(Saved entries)
......

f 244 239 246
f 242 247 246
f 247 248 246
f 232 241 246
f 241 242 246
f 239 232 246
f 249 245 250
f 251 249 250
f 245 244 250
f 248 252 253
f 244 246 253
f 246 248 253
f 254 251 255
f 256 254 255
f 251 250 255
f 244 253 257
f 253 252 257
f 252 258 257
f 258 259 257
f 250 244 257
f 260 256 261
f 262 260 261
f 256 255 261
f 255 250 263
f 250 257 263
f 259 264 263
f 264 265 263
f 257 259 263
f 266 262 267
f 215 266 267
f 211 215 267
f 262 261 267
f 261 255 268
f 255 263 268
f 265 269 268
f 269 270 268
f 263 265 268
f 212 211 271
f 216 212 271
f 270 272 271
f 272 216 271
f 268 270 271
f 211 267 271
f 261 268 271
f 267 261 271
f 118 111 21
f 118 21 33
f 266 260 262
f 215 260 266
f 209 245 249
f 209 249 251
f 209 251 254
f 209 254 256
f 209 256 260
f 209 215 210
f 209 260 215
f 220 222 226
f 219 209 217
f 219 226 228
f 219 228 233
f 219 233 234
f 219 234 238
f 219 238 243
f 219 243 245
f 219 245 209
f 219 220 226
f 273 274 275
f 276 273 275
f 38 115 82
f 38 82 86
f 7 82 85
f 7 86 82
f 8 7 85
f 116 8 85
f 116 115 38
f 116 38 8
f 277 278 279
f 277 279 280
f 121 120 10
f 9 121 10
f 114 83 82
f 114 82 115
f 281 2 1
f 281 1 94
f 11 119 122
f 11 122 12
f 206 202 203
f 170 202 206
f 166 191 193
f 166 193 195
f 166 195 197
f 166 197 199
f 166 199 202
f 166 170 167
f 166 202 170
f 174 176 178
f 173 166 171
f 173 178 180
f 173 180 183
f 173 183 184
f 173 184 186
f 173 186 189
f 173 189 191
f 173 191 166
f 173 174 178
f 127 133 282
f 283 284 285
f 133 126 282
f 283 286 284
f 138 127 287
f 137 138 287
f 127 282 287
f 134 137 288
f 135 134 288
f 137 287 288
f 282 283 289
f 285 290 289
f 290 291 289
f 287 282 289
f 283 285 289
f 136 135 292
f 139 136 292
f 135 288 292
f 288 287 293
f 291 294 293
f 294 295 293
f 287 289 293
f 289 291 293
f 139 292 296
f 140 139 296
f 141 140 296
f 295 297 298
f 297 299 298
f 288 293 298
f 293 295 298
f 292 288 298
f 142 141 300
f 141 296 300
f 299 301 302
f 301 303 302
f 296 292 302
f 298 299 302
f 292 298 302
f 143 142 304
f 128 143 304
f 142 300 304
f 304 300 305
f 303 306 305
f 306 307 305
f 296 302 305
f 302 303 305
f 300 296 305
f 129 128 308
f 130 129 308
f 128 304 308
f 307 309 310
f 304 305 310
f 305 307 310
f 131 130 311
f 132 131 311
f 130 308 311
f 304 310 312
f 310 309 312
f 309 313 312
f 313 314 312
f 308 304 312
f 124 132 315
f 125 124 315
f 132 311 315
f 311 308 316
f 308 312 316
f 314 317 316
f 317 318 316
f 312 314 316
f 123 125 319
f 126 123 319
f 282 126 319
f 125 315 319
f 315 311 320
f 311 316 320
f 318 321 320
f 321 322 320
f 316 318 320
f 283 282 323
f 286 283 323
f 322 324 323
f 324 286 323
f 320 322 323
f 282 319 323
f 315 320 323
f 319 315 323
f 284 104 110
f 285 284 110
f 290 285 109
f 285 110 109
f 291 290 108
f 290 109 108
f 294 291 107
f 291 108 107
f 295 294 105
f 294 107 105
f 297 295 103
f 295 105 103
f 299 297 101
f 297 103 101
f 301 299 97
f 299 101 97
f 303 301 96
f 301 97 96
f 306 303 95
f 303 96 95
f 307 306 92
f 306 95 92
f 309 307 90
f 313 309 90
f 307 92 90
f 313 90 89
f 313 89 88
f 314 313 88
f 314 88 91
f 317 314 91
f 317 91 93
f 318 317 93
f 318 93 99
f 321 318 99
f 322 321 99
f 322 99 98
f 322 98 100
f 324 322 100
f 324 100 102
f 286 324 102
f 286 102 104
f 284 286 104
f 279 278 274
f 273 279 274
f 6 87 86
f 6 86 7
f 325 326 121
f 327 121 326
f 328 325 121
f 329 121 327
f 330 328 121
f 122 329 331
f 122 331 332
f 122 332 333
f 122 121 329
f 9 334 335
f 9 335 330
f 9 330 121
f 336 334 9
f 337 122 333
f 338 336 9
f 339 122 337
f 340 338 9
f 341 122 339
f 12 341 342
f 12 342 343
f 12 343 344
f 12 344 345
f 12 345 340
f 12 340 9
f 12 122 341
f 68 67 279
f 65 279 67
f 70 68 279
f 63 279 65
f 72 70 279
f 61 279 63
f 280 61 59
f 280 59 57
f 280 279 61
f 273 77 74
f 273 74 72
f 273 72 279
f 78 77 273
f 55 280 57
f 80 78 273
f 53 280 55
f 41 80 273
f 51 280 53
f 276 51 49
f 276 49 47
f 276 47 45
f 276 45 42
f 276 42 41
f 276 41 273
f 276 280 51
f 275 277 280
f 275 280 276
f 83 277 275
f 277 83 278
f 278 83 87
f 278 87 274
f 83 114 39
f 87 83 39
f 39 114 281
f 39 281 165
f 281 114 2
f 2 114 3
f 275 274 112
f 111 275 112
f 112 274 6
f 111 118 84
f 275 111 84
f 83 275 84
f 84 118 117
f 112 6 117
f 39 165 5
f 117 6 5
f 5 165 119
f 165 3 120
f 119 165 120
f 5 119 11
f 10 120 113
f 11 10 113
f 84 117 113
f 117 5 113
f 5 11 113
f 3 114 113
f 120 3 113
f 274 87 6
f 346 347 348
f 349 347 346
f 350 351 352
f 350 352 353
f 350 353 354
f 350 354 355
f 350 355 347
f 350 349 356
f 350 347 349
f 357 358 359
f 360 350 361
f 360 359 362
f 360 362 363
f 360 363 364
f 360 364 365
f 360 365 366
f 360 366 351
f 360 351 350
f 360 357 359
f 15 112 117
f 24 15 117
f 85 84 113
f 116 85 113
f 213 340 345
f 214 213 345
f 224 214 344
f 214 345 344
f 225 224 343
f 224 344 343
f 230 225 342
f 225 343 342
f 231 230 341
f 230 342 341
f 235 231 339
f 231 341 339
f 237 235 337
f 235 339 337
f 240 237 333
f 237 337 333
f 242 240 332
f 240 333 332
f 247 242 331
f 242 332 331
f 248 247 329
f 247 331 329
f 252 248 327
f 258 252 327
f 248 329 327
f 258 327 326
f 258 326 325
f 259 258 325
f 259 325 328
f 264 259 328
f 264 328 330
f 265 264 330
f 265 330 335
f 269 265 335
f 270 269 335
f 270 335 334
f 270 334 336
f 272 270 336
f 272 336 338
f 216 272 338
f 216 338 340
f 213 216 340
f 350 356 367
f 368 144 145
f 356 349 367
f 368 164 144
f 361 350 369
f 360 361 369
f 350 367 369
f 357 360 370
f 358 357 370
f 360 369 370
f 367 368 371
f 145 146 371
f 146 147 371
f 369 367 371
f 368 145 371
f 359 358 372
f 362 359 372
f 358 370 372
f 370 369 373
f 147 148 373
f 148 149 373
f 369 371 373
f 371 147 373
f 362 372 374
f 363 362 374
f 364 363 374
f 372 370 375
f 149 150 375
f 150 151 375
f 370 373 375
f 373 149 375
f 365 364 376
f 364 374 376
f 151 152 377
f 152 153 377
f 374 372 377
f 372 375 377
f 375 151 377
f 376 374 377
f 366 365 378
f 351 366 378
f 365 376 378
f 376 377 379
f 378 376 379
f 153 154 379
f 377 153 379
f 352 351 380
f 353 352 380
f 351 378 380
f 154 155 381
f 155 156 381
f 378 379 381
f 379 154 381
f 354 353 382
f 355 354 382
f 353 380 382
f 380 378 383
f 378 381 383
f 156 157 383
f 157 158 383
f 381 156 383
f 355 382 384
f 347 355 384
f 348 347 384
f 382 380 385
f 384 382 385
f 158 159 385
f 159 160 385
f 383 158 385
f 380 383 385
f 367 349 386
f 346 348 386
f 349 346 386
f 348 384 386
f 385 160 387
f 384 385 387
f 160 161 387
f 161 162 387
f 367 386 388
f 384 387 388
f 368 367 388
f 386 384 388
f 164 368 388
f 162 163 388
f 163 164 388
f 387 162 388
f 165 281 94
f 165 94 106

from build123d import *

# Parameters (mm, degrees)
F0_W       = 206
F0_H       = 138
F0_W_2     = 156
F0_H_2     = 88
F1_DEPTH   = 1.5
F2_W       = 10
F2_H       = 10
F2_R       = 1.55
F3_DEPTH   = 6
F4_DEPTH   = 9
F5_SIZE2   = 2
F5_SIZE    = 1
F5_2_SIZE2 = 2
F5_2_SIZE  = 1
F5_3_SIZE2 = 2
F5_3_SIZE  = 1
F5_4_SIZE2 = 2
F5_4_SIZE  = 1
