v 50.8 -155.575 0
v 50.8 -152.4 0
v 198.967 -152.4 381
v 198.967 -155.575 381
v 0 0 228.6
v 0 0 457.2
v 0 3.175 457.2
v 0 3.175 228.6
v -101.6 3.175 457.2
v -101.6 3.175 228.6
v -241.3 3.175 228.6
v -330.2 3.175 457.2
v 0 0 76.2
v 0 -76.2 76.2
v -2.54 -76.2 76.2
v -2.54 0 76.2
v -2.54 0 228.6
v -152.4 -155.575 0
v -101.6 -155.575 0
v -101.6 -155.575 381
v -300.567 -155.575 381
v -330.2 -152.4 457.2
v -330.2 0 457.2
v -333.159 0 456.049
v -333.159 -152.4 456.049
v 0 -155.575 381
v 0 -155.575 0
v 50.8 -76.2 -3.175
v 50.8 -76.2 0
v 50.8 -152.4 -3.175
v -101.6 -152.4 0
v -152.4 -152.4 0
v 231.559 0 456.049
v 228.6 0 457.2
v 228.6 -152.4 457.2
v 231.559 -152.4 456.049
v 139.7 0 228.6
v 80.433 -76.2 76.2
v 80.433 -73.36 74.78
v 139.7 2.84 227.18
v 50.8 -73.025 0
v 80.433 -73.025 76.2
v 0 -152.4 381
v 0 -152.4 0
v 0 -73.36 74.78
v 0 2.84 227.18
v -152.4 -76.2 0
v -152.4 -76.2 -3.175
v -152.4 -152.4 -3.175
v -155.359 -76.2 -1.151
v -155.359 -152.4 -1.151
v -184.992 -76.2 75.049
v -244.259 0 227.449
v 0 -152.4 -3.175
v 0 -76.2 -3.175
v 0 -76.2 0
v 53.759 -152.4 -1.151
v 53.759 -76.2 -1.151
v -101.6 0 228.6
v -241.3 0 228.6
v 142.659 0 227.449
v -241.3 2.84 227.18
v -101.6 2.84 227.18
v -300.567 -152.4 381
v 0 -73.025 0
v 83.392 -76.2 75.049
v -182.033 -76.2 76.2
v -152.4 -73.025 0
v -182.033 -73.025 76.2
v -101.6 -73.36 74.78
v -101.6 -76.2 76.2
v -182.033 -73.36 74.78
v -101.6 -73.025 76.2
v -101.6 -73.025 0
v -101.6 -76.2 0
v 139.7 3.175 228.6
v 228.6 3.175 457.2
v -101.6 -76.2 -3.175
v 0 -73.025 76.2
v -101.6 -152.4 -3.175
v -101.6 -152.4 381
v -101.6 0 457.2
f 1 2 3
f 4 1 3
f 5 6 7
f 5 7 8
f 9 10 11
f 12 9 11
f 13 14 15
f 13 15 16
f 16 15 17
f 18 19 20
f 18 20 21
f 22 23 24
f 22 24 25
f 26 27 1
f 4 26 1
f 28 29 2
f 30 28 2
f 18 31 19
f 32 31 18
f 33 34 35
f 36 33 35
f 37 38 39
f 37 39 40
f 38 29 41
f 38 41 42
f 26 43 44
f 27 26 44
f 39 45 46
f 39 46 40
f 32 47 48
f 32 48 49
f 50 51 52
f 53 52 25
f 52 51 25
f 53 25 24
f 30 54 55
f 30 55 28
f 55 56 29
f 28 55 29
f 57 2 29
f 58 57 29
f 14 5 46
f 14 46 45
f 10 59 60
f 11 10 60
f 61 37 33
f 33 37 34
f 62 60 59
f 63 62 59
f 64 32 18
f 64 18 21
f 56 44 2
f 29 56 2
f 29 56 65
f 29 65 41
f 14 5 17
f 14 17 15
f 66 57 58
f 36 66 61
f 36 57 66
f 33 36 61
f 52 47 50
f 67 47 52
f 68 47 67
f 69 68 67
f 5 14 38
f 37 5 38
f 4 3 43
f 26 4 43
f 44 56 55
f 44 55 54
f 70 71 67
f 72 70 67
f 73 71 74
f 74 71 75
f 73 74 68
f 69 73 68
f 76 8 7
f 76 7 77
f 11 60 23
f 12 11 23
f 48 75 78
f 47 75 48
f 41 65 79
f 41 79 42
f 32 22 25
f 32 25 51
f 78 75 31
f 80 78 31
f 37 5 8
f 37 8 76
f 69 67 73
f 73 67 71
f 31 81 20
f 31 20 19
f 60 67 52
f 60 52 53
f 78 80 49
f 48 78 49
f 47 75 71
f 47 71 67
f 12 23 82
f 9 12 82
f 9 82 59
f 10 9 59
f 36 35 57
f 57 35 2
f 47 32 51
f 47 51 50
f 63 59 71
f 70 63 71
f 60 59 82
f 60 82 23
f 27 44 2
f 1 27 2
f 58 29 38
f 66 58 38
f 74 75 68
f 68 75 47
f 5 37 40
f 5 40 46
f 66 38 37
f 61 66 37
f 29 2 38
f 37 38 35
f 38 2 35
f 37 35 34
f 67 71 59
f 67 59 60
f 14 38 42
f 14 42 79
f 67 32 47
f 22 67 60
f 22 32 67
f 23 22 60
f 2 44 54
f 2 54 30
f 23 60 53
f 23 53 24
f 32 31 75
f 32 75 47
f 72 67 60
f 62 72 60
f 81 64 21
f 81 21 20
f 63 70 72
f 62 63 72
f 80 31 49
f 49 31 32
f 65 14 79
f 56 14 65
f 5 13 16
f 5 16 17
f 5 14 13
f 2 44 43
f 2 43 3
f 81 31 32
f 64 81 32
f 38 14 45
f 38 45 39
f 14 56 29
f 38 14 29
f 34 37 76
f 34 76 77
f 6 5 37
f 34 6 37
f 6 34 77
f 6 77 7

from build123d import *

# Parameters (mm, degrees)
F6_DEPTH  = 2.54
F8_DEPTH  = 3.175
F9_DEPTH  = 3.175
F10_DEPTH = 3.175
F11_DEPTH = 3.175
F13_DEPTH = 3.175
F15_W     = 50.8
F15_H     = 76.2
F16_DEPTH = 3.175


# Not quite as in the source:
# - ends of sketch curves that miss each other by under 0.0002 mm in the source are joined


with BuildPart() as f6:
    # F5 (on Right) → F6 (new body)
    with BuildSketch(Plane.YZ):
        Polygon((-76.2, 76.2), (0, 76.2), (0, 228.6), align=None)
    extrude(amount=-F6_DEPTH)


with BuildPart() as f8:
    # F1 (on offset) → F8 (new body)
    with BuildSketch(Plane.XZ.offset(152.4)):
        Polygon((0, 381), (0, 0), (50.8, 0), (198.9666666121, 381), align=None)
    extrude(amount=F8_DEPTH)


with BuildPart() as f9:
    # F4 (on Front) → F9 (new body)
    with BuildSketch(Plane.XZ):
        Polygon((228.6, 457.2), (0, 457.2), (0, 228.6), (139.7000000328, 228.6), align=None)
    extrude(amount=-F9_DEPTH)


with BuildPart() as f10:
    # F3 (on offset) → F10 (new body)
    with BuildSketch(Plane.XZ.offset(76.2)):
        Polygon((0, 76.2), (0, 0), (50.8, 0), (80.4333333224, 76.2), align=None)
    extrude(amount=-F10_DEPTH)


with BuildPart() as f11:
    # F7 (on face) → F11 (new body)
    with BuildSketch(Plane(origin=(0, -91.44, 45.72), x_dir=(1, 0, 0), z_dir=(0, -0.894427191, 0.4472135955))):
        Polygon((0, 204.4660558626), (0, 34.0776759771), (80.4333418, 34.0776759771), (139.7, 204.4660558626), align=None)
    extrude(amount=-F11_DEPTH)


with BuildPart() as f13:
    # F12 (on face) → F13 (new body)
    with BuildSketch(Plane(origin=(44.1265415592, 0, -17.1603217112), x_dir=(0, 1, 0), z_dir=(0.9320046716, 0, -0.362446261))):
        Polygon((-152.4, 427.2085042593), (-152.4, 18.4122700608), (-76.2, 18.4122700608), (-76.2, 100.1715169005), (0, 263.6900105918), (0, 508.9677511228), (-152.4, 508.9677511228), align=None)
    extrude(amount=F13_DEPTH)


with BuildPart() as f16:
    # F15 (on face) → F16 (new body)
    with BuildSketch(Plane(origin=(0, 0, 0), x_dir=(1, 0, 0), z_dir=(0, 0, -1))):
        with Locations((25.4, 114.3)):
            Rectangle(F15_W, F15_H)
    extrude(amount=F16_DEPTH)


with BuildPart() as f17_1:
    # F17: instance of F9
    add(f9.part.mirror(Plane.YZ.offset(-50.8)))


with BuildPart() as f17_2:
    # F17: instance of F13
    add(f13.part.mirror(Plane.YZ.offset(-50.8)))


with BuildPart() as f17_3:
    # F17: instance of F8
    add(f8.part.mirror(Plane.YZ.offset(-50.8)))


with BuildPart() as f17_4:
    # F17: instance of F10
    add(f10.part.mirror(Plane.YZ.offset(-50.8)))


with BuildPart() as f17_5:
    # F17: instance of F16
    add(f16.part.mirror(Plane.YZ.offset(-50.8)))


with BuildPart() as f17_6:
    # F17: instance of F11
    add(f11.part.mirror(Plane.YZ.offset(-50.8)))


solid = Compound([f6.part, f8.part, f9.part, f10.part, f11.part, f13.part, f16.part, f17_1.part, f17_2.part, f17_3.part, f17_4.part, f17_5.part, f17_6.part])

......

Above are records; repeat only the lines starting at the line with "f 252 258 257" and ending at the line with "f 309 313 312", exactly as they appear, both included.

**Exercise result**
f 252 258 257
f 258 259 257
f 250 244 257
f 260 256 261
f 262 260 261
f 256 255 261
f 255 250 263
f 250 257 263
f 259 264 263
f 264 265 263
f 257 259 263
f 266 262 267
f 215 266 267
f 211 215 267
f 262 261 267
f 261 255 268
f 255 263 268
f 265 269 268
f 269 270 268
f 263 265 268
f 212 211 271
f 216 212 271
f 270 272 271
f 272 216 271
f 268 270 271
f 211 267 271
f 261 268 271
f 267 261 271
f 118 111 21
f 118 21 33
f 266 260 262
f 215 260 266
f 209 245 249
f 209 249 251
f 209 251 254
f 209 254 256
f 209 256 260
f 209 215 210
f 209 260 215
f 220 222 226
f 219 209 217
f 219 226 228
f 219 228 233
f 219 233 234
f 219 234 238
f 219 238 243
f 219 243 245
f 219 245 209
f 219 220 226
f 273 274 275
f 276 273 275
f 38 115 82
f 38 82 86
f 7 82 85
f 7 86 82
f 8 7 85
f 116 8 85
f 116 115 38
f 116 38 8
f 277 278 279
f 277 279 280
f 121 120 10
f 9 121 10
f 114 83 82
f 114 82 115
f 281 2 1
f 281 1 94
f 11 119 122
f 11 122 12
f 206 202 203
f 170 202 206
f 166 191 193
f 166 193 195
f 166 195 197
f 166 197 199
f 166 199 202
f 166 170 167
f 166 202 170
f 174 176 178
f 173 166 171
f 173 178 180
f 173 180 183
f 173 183 184
f 173 184 186
f 173 186 189
f 173 189 191
f 173 191 166
f 173 174 178
f 127 133 282
f 283 284 285
f 133 126 282
f 283 286 284
f 138 127 287
f 137 138 287
f 127 282 287
f 134 137 288
f 135 134 288
f 137 287 288
f 282 283 289
f 285 290 289
f 290 291 289
f 287 282 289
f 283 285 289
f 136 135 292
f 139 136 292
f 135 288 292
f 288 287 293
f 291 294 293
f 294 295 293
f 287 289 293
f 289 291 293
f 139 292 296
f 140 139 296
f 141 140 296
f 295 297 298
f 297 299 298
f 288 293 298
f 293 295 298
f 292 288 298
f 142 141 300
f 141 296 300
f 299 301 302
f 301 303 302
f 296 292 302
f 298 299 302
f 292 298 302
f 143 142 304
f 128 143 304
f 142 300 304
f 304 300 305
f 303 306 305
f 306 307 305
f 296 302 305
f 302 303 305
f 300 296 305
f 129 128 308
f 130 129 308
f 128 304 308
f 307 309 310
f 304 305 310
f 305 307 310
f 131 130 311
f 132 131 311
f 130 308 311
f 304 310 312
f 310 309 312
f 309 313 312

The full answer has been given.